- Promotional release poster
- Genre: Thriller
- Written by: Sanjeev Roy; Prasanth Varma;
- Directed by: Anish Kuruvilla
- Starring: Tejaswi Madivada; Nandu; Pavani Reddy; Ashutosh Rana; Priya Anand; Sonia Agarwal; Vijay Adhiraj;
- Music by: Shakthikanth Karthick
- Country of origin: India
- Original language: Telugu
- No. of episodes: 8

Production
- Executive producers: Harish Katta Kolla Praveen
- Producers: Gopichand Achanta Ram Achanta
- Production location: Goa
- Cinematography: Naveen Yadav
- Editors: Umair Hasan Faiz Rai
- Camera setup: Multi-camera
- Running time: 22-31 mins
- Production company: 14 Reels Entertainment

Original release
- Network: Disney+ Hotstar
- Release: 20 September 2024

= The Mystery of Moksha Island =

The Mystery Of Moksha Island is a 2024 Indian Telugu-language thriller streaming television series directed by Anish Kuruvilla and written by Sanjeev Roy and Prasanth Varma. Produced under 14 Reels Entertainment, it stars Tejaswi Madivada, Nandu, Pavani Reddy, Ashutosh Rana and Priya Anand.
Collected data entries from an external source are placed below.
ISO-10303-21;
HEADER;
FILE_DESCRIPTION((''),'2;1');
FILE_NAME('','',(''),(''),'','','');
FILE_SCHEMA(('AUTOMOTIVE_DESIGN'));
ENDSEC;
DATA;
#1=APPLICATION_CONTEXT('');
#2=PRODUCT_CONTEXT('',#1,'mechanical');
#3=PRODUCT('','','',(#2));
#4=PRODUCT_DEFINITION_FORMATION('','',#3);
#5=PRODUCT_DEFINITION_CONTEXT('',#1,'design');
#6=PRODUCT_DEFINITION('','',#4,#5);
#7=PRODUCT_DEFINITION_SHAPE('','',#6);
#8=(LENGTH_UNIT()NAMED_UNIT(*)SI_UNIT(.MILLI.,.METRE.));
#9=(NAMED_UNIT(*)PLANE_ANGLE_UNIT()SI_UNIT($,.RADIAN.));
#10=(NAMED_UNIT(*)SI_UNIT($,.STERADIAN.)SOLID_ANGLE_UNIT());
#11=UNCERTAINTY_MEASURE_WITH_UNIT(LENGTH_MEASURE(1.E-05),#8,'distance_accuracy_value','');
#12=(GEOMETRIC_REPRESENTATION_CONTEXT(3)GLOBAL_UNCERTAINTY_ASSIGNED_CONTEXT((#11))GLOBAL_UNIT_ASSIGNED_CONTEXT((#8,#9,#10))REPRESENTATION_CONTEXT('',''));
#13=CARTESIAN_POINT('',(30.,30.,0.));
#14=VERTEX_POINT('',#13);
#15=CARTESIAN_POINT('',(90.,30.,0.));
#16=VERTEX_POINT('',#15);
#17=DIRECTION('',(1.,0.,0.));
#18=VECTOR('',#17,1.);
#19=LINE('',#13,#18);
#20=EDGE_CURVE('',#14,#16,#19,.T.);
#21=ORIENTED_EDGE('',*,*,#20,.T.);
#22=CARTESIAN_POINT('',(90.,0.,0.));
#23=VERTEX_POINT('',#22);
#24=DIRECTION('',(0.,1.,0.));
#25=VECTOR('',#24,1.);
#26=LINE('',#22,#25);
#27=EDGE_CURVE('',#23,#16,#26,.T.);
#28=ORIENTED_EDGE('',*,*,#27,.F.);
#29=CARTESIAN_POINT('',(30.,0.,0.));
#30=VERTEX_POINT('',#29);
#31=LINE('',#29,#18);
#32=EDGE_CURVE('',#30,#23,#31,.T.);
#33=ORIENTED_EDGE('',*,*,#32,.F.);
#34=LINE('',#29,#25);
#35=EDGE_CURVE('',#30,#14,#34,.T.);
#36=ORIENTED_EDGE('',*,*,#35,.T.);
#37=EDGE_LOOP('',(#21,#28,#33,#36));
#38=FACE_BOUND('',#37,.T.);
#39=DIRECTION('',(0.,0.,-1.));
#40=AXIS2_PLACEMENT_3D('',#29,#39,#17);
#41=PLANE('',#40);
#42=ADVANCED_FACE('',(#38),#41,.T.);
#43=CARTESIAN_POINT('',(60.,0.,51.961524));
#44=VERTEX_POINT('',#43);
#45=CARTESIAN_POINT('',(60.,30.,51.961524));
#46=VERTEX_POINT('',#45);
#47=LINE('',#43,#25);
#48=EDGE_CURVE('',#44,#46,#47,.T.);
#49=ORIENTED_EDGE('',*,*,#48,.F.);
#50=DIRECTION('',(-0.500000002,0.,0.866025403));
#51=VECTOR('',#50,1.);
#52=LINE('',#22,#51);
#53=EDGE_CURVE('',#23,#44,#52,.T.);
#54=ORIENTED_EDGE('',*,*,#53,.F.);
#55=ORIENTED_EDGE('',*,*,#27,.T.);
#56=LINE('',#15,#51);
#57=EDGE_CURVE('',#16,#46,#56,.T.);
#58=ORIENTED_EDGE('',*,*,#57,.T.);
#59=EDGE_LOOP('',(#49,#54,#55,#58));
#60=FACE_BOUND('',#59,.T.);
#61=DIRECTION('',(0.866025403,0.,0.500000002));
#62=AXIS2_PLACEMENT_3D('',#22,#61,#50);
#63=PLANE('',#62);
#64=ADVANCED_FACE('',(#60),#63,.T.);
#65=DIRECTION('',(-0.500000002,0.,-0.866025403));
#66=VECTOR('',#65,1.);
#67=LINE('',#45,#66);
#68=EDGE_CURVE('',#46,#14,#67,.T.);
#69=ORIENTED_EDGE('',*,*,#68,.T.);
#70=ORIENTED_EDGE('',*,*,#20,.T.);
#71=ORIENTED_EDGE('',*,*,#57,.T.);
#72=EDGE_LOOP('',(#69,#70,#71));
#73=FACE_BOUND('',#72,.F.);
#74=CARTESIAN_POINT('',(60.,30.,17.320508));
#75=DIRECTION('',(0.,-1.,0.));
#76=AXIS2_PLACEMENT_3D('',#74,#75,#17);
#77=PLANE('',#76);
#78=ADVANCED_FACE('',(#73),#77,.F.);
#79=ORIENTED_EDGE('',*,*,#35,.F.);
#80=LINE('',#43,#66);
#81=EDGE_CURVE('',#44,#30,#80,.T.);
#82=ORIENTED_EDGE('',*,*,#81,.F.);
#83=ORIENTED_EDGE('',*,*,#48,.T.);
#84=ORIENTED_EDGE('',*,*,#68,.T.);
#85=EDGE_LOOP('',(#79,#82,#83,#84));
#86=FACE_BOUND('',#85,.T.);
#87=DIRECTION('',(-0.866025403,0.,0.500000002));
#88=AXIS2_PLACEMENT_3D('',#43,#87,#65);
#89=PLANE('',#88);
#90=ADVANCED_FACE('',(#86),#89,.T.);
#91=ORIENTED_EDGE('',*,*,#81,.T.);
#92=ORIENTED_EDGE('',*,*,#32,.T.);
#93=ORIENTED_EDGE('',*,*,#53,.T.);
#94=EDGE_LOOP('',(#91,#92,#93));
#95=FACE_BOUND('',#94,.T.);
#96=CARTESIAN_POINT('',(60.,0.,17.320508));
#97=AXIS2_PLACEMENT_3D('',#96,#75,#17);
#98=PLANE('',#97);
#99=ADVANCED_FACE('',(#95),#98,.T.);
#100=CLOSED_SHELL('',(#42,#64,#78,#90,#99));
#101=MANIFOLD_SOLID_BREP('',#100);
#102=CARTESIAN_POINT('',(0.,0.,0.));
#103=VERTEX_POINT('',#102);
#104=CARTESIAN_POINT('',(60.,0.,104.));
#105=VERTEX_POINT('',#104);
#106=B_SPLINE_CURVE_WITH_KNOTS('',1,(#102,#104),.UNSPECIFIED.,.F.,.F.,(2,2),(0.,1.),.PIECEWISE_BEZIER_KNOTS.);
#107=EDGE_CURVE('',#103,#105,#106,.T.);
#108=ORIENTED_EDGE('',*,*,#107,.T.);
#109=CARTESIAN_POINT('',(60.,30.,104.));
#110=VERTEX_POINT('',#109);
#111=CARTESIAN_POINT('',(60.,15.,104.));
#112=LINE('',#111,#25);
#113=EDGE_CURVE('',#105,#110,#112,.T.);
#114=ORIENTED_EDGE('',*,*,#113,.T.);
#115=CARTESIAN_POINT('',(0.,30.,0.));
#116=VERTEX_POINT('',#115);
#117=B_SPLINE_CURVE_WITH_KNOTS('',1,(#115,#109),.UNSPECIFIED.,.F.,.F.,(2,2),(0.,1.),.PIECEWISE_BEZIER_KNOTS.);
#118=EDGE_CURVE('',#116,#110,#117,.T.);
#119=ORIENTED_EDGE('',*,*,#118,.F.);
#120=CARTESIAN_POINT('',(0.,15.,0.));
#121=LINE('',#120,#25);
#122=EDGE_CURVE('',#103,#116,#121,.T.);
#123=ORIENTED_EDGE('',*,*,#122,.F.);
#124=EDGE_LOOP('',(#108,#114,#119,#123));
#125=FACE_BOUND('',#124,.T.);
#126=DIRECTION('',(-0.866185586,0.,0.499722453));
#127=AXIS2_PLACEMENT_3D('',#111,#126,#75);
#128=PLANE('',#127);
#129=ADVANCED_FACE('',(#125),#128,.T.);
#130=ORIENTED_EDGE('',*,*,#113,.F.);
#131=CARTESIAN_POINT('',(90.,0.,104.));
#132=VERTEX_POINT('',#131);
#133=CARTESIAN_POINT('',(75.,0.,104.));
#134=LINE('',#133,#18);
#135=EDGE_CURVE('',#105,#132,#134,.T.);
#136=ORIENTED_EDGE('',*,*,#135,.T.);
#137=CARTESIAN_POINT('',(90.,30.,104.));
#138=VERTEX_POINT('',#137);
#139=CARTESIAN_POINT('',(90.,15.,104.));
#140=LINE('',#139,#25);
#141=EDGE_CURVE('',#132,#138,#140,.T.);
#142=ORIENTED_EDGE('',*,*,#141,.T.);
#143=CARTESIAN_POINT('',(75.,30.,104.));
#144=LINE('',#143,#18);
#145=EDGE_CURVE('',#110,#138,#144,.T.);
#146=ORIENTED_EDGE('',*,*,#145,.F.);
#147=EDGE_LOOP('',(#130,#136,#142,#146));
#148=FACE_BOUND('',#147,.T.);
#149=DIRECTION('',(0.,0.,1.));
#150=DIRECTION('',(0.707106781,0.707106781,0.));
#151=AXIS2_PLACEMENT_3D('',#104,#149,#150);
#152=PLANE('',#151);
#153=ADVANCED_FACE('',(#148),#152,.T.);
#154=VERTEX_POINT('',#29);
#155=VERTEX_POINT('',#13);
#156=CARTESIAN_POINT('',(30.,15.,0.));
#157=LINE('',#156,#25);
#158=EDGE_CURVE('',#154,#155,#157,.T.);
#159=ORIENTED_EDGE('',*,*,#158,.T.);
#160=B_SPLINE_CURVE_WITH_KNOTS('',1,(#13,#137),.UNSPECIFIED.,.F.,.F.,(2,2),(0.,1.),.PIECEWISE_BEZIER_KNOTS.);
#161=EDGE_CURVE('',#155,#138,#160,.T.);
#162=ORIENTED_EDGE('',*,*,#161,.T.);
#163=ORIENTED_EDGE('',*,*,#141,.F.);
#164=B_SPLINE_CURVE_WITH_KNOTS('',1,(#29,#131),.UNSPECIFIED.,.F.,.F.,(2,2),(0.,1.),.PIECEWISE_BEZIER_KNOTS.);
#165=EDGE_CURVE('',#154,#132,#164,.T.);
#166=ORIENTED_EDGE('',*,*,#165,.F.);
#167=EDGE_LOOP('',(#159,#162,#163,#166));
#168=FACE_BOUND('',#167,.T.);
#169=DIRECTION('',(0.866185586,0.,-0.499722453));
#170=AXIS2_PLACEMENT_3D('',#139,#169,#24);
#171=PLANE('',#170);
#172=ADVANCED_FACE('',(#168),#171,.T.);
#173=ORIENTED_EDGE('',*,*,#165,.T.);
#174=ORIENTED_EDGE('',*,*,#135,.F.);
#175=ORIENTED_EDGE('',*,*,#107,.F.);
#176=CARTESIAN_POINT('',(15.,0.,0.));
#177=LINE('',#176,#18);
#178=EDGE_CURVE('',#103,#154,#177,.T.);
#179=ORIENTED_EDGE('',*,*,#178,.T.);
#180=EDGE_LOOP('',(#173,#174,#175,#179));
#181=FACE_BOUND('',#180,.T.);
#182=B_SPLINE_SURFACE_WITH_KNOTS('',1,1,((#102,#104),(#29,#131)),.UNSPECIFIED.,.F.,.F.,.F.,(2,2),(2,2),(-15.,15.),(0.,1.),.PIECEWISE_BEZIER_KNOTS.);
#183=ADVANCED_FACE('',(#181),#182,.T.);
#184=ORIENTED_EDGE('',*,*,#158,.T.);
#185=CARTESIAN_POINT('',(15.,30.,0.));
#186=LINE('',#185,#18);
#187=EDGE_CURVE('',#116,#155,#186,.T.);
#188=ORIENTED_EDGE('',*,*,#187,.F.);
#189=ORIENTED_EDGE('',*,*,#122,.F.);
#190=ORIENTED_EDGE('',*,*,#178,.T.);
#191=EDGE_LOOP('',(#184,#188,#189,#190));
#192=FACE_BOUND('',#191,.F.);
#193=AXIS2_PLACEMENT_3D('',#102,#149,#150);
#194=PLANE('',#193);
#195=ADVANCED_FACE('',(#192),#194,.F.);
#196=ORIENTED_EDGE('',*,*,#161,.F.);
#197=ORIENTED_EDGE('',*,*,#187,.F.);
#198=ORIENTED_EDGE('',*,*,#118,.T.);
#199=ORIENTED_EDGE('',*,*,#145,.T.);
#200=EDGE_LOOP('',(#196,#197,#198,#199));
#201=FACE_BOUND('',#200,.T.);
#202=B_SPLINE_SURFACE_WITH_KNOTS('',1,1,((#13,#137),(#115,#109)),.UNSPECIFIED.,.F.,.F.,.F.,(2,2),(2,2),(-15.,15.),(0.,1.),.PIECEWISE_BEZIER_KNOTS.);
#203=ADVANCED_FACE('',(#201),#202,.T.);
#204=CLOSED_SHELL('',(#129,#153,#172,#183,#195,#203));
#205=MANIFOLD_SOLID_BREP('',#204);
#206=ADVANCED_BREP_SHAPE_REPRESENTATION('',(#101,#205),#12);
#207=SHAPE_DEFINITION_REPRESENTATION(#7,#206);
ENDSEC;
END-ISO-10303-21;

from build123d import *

# Parameters (mm, degrees)
F1_DEPTH = 30
F2_W     = 30
F2_H     = 30
F4_W     = 30
F4_H     = 30


with BuildPart() as f1:
    # F0 (on Front) → F1 (new body)
    with BuildSketch(Plane.XZ):
        Polygon((60, 51.961524), (30, 0), (90, 0), align=None)
    extrude(amount=-F1_DEPTH)


with BuildPart() as f5:
    # F2 (on Top) → F5 section 0
    with BuildSketch(Plane.XY):
        with Locations((15, 15)):
            Rectangle(F2_W, F2_H)
    # F4 (on offset) → F5 section 1
    with BuildSketch(Plane.XY.offset(104)):
        with Locations((75, 15)):
            Rectangle(F4_W, F4_H)
    loft()


solid = Compound([f1.part, f5.part])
The series premiered on Disney+ Hotstar on 20 September 2024.

== Episodes ==

=== Season 1 (20-09-2024) ===
1. The invitation

2. Island recci

3. Family matters

4. Grandma tales

5. Lab rats

6. No one is safe here

7. Science matters

8. Mind bending

== Production ==
The series was announced on Disney+ Hotstar. The trailer of the series was released on 6 September 2024.